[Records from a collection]
────────

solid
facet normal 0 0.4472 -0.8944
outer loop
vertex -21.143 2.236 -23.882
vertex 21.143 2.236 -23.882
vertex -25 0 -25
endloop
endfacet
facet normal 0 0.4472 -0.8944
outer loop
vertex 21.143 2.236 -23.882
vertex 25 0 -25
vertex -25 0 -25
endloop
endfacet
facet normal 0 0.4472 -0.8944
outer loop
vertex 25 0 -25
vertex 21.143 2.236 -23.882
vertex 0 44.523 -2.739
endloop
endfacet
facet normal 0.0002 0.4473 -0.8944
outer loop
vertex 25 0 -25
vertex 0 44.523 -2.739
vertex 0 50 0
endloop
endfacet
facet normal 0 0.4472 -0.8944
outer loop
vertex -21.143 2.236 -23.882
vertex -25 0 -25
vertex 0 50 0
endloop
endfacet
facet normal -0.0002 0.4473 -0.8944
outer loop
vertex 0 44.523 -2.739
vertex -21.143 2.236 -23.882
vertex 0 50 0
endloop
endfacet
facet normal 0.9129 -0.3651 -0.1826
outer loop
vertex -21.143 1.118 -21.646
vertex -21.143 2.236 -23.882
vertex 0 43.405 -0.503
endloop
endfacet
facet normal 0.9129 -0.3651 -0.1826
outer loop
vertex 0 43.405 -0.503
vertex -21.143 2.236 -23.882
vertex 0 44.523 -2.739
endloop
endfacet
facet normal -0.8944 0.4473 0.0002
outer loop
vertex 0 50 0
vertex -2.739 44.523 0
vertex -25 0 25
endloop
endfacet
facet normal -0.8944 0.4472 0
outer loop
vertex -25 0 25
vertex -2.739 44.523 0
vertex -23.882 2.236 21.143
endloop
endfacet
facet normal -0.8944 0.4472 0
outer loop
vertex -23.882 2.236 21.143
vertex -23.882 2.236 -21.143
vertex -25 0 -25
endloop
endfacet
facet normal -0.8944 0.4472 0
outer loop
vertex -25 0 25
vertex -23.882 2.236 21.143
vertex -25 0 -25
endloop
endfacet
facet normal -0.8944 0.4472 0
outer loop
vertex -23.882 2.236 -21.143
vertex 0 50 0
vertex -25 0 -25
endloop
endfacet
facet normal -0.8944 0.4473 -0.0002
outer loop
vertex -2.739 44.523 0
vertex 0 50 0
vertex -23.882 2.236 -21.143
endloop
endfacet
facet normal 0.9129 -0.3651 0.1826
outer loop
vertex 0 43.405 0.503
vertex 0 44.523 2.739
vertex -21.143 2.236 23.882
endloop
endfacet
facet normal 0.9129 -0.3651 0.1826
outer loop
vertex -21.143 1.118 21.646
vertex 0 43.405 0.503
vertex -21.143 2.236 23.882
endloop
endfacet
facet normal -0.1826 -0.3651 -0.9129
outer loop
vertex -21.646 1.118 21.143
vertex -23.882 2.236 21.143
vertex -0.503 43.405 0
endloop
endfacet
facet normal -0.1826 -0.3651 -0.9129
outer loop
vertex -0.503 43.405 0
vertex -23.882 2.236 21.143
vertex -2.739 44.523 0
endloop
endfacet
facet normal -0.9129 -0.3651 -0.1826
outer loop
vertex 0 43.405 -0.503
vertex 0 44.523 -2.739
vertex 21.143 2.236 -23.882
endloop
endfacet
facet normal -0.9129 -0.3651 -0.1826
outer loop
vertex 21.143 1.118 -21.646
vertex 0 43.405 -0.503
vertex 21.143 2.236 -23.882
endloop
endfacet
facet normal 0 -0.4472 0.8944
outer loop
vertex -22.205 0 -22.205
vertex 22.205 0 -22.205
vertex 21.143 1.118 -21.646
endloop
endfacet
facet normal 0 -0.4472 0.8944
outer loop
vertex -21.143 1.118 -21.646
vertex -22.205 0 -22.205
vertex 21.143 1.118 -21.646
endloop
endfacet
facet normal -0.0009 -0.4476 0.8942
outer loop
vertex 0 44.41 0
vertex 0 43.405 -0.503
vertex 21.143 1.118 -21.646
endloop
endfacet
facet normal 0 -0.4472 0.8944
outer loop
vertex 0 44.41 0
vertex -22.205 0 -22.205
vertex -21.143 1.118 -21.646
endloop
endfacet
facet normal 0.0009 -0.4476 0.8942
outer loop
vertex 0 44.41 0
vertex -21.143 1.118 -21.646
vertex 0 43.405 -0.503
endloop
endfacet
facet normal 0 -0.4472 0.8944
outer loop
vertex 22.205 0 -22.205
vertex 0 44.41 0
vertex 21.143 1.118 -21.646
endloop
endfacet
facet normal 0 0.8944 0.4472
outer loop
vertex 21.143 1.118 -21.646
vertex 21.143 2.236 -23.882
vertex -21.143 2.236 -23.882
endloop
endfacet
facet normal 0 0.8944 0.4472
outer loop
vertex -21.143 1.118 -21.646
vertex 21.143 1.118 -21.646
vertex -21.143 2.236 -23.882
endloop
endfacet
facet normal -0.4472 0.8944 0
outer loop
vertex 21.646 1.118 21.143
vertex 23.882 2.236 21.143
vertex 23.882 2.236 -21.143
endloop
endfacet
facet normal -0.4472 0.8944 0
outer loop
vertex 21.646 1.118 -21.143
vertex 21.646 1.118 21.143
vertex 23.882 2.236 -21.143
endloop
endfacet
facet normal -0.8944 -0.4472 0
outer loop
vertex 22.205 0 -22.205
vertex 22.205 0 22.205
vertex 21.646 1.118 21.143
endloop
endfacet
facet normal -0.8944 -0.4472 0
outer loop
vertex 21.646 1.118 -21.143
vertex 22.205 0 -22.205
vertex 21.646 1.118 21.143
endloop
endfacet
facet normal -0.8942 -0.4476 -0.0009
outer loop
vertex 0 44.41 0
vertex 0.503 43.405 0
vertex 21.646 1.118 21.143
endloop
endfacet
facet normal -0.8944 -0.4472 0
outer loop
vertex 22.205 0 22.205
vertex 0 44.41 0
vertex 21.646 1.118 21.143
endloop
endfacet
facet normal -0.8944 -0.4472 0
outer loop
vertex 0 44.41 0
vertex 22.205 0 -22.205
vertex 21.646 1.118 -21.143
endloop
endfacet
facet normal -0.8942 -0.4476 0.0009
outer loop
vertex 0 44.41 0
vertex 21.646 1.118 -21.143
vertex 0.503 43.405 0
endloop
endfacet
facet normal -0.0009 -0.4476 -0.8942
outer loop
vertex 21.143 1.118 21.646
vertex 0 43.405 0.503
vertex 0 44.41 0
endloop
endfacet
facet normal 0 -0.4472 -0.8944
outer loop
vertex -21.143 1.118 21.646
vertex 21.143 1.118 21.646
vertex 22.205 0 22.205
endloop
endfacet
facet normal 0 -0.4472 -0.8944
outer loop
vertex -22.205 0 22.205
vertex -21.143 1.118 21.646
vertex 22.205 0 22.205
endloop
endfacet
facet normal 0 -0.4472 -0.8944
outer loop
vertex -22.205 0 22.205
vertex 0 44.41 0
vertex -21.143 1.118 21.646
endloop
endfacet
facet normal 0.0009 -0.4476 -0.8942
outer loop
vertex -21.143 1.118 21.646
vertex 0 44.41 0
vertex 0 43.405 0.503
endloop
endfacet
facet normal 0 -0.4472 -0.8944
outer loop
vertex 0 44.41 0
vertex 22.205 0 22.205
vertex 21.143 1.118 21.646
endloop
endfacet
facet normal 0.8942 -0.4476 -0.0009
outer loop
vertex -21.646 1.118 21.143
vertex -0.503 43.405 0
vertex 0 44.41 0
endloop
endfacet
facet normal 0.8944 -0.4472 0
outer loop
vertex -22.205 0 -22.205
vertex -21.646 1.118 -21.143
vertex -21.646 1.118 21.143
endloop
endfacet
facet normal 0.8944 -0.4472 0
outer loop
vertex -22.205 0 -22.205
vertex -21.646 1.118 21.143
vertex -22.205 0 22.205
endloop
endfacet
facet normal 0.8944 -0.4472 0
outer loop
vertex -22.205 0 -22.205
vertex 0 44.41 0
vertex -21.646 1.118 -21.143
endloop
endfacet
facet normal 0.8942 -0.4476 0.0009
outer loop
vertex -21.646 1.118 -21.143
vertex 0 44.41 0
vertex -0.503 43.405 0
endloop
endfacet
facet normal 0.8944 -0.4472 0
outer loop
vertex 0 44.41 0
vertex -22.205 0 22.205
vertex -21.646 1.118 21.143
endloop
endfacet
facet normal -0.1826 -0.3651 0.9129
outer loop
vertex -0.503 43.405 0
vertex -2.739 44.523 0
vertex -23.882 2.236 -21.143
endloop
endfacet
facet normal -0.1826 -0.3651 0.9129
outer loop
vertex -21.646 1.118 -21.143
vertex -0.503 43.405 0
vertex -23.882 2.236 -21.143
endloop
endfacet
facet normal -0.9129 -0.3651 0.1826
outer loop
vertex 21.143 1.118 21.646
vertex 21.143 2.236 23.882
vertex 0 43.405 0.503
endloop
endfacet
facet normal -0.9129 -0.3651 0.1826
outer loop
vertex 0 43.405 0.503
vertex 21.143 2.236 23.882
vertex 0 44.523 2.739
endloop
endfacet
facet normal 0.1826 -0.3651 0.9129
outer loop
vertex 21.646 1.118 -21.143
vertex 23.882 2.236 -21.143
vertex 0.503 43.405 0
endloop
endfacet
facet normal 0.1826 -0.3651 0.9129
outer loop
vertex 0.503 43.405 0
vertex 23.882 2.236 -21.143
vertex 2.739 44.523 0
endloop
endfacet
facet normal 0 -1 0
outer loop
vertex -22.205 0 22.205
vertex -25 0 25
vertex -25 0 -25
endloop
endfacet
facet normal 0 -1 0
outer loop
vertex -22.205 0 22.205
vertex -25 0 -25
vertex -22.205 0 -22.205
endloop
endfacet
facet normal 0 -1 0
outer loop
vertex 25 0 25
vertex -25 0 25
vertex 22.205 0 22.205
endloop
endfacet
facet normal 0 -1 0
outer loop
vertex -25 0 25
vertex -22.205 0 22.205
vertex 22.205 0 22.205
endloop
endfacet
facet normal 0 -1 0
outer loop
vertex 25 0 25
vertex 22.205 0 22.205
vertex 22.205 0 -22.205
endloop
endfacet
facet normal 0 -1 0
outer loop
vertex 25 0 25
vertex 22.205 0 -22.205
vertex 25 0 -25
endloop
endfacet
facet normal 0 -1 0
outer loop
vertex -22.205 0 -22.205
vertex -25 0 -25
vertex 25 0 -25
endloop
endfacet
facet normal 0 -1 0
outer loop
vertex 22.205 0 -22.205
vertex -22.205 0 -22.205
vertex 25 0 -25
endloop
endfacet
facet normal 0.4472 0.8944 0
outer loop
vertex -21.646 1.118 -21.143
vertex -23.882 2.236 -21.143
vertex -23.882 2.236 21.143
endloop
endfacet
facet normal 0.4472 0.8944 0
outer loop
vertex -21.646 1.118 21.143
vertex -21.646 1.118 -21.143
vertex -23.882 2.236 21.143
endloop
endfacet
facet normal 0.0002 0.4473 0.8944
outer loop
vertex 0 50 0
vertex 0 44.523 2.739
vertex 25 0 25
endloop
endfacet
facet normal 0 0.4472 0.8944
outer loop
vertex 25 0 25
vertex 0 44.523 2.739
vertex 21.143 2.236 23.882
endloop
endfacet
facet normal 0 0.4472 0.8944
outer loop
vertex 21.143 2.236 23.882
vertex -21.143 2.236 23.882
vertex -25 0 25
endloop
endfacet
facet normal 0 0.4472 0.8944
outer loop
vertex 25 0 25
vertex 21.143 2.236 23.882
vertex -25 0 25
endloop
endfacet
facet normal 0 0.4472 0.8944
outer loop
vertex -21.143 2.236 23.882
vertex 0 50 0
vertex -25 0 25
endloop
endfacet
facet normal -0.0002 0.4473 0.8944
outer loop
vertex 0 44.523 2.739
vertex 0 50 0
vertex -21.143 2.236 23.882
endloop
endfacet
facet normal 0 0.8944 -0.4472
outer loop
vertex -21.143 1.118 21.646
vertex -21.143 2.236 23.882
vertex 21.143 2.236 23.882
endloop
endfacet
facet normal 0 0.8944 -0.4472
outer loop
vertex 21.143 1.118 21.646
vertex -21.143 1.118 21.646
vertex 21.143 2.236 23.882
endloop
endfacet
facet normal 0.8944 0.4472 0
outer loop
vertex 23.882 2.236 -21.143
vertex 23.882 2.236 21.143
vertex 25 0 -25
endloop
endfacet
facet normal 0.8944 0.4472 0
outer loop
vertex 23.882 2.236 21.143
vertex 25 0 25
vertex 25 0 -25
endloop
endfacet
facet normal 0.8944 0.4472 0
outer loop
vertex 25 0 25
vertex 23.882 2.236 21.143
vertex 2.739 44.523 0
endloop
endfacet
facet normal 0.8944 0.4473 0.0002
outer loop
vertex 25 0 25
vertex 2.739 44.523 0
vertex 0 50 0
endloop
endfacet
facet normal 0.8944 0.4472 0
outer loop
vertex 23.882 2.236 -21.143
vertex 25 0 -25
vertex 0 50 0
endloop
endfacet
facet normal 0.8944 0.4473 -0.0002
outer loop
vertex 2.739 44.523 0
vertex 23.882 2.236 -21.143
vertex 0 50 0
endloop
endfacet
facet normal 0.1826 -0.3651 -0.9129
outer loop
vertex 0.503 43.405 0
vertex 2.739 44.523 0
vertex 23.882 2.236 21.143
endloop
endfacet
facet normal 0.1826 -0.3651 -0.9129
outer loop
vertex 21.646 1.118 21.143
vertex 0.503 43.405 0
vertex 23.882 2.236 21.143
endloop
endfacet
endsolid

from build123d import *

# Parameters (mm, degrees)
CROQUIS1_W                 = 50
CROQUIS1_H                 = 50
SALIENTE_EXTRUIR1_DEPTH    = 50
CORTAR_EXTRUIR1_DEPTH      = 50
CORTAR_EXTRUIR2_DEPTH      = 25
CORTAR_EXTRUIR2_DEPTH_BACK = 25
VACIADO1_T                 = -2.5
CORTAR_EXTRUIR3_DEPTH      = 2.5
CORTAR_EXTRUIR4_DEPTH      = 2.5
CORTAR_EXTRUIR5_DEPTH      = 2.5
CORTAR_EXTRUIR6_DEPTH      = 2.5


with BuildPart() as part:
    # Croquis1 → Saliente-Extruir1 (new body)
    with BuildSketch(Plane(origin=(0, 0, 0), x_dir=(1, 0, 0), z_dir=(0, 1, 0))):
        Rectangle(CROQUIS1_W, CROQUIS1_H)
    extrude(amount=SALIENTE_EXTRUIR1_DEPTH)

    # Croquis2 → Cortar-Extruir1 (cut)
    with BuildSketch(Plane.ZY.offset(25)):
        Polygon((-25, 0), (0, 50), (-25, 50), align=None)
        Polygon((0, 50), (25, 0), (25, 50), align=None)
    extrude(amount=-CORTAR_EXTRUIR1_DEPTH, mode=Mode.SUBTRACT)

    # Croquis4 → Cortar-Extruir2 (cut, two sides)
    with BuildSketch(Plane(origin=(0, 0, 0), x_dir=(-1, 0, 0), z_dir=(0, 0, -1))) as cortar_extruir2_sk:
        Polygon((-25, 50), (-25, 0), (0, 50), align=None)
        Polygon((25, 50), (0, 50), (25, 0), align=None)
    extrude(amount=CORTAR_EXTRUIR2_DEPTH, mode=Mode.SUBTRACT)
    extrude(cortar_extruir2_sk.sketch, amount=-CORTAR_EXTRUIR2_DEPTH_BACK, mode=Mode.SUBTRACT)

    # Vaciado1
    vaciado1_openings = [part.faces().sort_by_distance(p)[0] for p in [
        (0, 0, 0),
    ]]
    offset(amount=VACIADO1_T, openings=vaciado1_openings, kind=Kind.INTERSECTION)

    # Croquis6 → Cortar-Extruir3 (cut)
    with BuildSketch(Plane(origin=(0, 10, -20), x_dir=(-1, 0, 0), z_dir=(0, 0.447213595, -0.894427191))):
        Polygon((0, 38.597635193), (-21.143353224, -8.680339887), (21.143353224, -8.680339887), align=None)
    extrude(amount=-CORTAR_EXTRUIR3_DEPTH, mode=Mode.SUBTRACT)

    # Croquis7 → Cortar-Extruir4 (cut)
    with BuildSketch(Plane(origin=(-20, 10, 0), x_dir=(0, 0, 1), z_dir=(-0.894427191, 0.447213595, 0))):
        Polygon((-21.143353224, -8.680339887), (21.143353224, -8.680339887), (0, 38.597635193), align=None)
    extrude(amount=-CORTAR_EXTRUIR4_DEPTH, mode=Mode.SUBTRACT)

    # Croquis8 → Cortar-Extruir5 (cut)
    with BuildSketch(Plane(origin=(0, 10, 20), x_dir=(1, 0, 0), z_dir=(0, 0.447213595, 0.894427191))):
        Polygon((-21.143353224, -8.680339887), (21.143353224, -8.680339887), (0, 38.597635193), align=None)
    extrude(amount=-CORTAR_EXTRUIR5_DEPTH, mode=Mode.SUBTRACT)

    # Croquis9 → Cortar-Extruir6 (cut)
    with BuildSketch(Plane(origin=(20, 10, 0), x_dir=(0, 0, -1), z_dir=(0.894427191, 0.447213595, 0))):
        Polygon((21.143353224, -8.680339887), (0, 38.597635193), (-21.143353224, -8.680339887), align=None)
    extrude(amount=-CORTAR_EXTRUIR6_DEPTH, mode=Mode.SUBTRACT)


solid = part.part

────────

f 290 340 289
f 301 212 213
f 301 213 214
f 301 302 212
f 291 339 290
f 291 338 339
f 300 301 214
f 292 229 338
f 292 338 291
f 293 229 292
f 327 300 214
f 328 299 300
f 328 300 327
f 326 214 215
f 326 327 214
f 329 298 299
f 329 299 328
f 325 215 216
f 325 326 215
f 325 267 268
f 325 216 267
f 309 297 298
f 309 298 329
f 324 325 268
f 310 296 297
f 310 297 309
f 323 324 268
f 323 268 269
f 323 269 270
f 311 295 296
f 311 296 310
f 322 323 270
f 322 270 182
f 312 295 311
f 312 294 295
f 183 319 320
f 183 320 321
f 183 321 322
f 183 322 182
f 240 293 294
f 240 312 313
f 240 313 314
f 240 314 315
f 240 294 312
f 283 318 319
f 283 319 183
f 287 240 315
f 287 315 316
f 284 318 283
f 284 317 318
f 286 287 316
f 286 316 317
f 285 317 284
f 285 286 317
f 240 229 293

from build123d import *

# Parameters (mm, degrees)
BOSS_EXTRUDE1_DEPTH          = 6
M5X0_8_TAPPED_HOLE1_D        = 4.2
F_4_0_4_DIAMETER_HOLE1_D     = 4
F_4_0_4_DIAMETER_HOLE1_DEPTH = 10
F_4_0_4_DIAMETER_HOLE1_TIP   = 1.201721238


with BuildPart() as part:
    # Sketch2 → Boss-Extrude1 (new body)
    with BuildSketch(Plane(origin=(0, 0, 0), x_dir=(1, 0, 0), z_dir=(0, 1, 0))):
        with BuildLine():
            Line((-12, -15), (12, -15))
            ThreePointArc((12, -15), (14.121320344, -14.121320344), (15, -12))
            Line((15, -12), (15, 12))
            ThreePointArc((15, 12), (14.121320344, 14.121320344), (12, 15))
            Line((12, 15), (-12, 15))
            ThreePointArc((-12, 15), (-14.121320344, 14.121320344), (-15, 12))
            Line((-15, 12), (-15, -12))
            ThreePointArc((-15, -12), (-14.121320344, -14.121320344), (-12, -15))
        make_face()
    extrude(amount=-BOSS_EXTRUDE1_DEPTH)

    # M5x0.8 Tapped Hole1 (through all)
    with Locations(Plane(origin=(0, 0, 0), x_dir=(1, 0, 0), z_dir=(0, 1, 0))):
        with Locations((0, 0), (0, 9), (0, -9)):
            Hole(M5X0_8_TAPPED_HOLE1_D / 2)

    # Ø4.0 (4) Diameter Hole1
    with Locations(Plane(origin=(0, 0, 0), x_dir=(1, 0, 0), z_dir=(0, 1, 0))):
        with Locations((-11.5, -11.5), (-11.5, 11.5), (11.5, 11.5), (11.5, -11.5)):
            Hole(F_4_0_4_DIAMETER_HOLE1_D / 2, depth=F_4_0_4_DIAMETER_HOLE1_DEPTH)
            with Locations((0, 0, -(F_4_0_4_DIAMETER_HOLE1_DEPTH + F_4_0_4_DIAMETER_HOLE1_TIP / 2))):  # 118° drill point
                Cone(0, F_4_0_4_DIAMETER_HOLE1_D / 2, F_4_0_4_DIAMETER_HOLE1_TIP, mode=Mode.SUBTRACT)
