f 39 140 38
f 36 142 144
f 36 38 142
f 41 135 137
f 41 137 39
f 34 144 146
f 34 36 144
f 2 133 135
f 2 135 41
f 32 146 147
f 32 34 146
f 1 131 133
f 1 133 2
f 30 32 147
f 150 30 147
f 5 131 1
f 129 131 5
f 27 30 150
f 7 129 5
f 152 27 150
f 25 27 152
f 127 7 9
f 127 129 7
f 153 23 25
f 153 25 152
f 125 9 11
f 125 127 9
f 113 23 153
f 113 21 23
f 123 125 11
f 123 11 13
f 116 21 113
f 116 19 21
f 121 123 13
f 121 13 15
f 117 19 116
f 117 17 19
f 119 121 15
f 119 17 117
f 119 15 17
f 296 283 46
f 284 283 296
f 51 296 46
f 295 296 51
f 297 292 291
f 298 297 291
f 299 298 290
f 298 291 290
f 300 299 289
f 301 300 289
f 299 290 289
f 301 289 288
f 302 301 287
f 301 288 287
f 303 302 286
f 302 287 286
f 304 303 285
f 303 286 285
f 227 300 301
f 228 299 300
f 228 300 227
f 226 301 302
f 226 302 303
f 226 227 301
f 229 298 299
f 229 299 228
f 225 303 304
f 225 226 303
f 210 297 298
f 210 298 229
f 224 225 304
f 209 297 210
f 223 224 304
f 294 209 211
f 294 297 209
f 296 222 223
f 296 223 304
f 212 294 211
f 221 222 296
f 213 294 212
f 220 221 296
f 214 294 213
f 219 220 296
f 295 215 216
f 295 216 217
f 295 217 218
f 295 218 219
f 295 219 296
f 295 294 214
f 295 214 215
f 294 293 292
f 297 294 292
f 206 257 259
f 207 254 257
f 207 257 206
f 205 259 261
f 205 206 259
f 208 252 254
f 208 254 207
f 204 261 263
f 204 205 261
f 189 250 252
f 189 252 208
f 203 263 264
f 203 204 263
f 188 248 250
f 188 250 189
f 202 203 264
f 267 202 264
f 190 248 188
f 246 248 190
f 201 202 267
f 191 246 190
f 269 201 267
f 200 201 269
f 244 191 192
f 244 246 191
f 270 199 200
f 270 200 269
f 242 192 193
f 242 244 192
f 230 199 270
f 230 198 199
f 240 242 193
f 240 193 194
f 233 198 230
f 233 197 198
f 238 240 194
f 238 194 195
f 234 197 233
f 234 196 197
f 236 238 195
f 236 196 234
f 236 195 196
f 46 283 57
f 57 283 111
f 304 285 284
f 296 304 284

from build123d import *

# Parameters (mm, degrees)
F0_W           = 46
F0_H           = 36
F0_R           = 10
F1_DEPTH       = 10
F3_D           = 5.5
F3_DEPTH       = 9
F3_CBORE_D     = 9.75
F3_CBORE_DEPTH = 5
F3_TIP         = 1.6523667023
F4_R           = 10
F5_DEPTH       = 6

────────

== DIRECTIONS ==
Copy each line of the data that contains the word "Locations".

== ANSWER SECTION ==
    with Locations(Plane(origin=(0, 0, 0), x_dir=(1, 0, 0), z_dir=(0, 1, 0))):
        with Locations((0, 0), (0, 9), (0, -9)):
    with Locations(Plane(origin=(0, 0, 0), x_dir=(1, 0, 0), z_dir=(0, 1, 0))):
        with Locations((-11.5, -11.5), (-11.5, 11.5), (11.5, 11.5), (11.5, -11.5)):
            with Locations((0, 0, -(F_4_0_4_DIAMETER_HOLE1_DEPTH + F_4_0_4_DIAMETER_HOLE1_TIP / 2))):  # 118° drill point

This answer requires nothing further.